For a 2-axis sensor, 2*n samples:
X1 Y1 X2 Y2 X3 Y3 … Xn Yn.
For a 3-axis sensor, 3*n samples:
X1 Y1 Z1 X2 Y2 Z2 … Xn Yn Zn.
2. Why do I need to import both "regular" and "abnormal" signal files?
Regular and abnormal signals are needed to give the benchmark some context, in order to select the most relevant library given your project’s requirements and constraints. The selection algorithm uses both regular and abnormal datasets to test several machine learning models against your data, along with a multitude of different (hyper)parameters.
Then, when the process is over, the selected library (i.e. the one that is most relevant to your application, given your data) will have no prior (learned) knowledge whatsoever. When you start using this library (in your final hardware application, or via the Emulator), the learning phase will be completely unsupervised (i.e. only “nominal” data will be given, with no a priori towards any kind of anomaly).
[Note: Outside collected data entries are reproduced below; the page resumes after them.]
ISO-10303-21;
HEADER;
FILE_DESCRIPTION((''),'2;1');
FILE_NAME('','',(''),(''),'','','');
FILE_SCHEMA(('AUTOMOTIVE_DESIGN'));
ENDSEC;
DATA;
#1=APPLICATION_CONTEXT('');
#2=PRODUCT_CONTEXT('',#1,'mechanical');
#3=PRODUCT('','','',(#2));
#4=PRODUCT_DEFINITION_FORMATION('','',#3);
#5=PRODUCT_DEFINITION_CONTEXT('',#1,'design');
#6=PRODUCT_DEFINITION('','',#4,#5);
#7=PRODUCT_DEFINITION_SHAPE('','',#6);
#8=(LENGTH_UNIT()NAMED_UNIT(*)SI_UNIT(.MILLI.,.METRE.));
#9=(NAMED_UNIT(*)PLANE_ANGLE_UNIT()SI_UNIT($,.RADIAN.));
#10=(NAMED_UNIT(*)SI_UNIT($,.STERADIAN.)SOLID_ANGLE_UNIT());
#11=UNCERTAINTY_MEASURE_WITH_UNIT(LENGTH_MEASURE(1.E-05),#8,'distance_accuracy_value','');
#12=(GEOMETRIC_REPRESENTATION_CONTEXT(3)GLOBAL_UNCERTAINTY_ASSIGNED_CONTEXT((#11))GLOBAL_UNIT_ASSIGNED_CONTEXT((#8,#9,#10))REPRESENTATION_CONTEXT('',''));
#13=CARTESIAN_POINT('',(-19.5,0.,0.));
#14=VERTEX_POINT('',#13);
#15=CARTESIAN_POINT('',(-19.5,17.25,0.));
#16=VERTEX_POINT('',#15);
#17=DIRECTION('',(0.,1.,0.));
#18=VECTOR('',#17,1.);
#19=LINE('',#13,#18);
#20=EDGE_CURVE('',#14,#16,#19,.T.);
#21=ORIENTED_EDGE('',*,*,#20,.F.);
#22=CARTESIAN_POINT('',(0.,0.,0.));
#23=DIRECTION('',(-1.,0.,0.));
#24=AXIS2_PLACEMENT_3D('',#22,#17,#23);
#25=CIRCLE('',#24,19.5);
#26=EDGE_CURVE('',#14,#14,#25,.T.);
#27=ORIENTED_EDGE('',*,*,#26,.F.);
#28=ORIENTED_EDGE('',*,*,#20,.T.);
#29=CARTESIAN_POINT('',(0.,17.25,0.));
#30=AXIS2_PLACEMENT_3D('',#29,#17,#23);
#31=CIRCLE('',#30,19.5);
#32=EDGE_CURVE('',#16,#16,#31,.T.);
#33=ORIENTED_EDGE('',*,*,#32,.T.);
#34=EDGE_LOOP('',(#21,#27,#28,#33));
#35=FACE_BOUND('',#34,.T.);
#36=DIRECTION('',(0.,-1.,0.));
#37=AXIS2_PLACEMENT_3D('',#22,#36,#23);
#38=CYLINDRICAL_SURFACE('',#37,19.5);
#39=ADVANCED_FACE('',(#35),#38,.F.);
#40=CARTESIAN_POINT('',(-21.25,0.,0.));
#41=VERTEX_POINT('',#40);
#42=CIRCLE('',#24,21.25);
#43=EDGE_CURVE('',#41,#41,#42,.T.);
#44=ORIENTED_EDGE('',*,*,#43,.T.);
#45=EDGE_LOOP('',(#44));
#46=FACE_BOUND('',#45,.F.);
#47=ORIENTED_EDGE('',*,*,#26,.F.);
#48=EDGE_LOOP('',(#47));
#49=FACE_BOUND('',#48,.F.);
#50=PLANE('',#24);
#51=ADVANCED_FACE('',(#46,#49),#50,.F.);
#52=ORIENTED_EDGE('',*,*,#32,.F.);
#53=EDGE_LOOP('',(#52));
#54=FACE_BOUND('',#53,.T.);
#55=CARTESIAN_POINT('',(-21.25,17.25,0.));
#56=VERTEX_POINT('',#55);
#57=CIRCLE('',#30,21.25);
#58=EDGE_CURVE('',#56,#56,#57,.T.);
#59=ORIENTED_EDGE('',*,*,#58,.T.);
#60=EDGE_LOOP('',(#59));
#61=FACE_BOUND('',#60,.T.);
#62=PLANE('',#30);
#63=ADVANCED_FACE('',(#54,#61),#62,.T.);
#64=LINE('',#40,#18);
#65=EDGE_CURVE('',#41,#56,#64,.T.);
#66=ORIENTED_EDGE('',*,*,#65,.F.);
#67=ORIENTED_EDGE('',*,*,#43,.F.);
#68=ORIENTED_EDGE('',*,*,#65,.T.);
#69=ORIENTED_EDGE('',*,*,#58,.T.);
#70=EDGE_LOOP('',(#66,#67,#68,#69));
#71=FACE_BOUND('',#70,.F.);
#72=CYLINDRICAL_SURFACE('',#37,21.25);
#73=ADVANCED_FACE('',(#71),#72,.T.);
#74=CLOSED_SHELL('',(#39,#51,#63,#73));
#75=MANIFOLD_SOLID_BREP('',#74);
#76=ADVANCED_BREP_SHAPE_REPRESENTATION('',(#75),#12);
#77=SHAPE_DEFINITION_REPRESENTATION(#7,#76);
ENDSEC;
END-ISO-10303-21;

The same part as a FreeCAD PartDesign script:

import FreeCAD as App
import Part
import Sketcher
from FreeCAD import Vector
Q = App.Units.Quantity

doc = App.newDocument("Part")
body = doc.addObject("PartDesign::Body", "Body")

# Sketch on XZ plane
sketch1 = body.newObject("Sketcher::SketchObject", "Sketch")
sketch1.AttachmentSupport = (doc.getObject("XZ_Plane"), [""])
sketch1.MapMode = "FlatFace"
sketch1.addGeometry(Part.Circle(Vector(0, 0, 0), Vector(0, 0, 1), 21), False)
sketch1.addGeometry(Part.Circle(Vector(0, 0, 0), Vector(0, 0, 1), 20), False)
sketch1.addConstraint(Sketcher.Constraint("Coincident", 0, 3, -1, 1))
sketch1.addConstraint(Sketcher.Constraint("Coincident", 1, 3, -1, 1))
sketch1.addConstraint(Sketcher.Constraint("Diameter", 0, Q("42.5 mm")))
sketch1.addConstraint(Sketcher.Constraint("Diameter", 1, Q("39 mm")))
pad1 = body.newObject("PartDesign::Pad", "Pad")
pad1.Profile = sketch1
pad1.Length = 17.25
pad1.Reversed = True

doc.recompute()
3. I don’t have any “abnormal” signals, what should I do?
The abnormal signals are required for context, in order to select the best library for your final application, and are therefore necessary. If you don’t already have such data, you should try to generate it by creating or simulating an anomaly that you believe corresponds to an anomalous, unwanted behavior on your target machine (different enough to your “nominal” data to be registered).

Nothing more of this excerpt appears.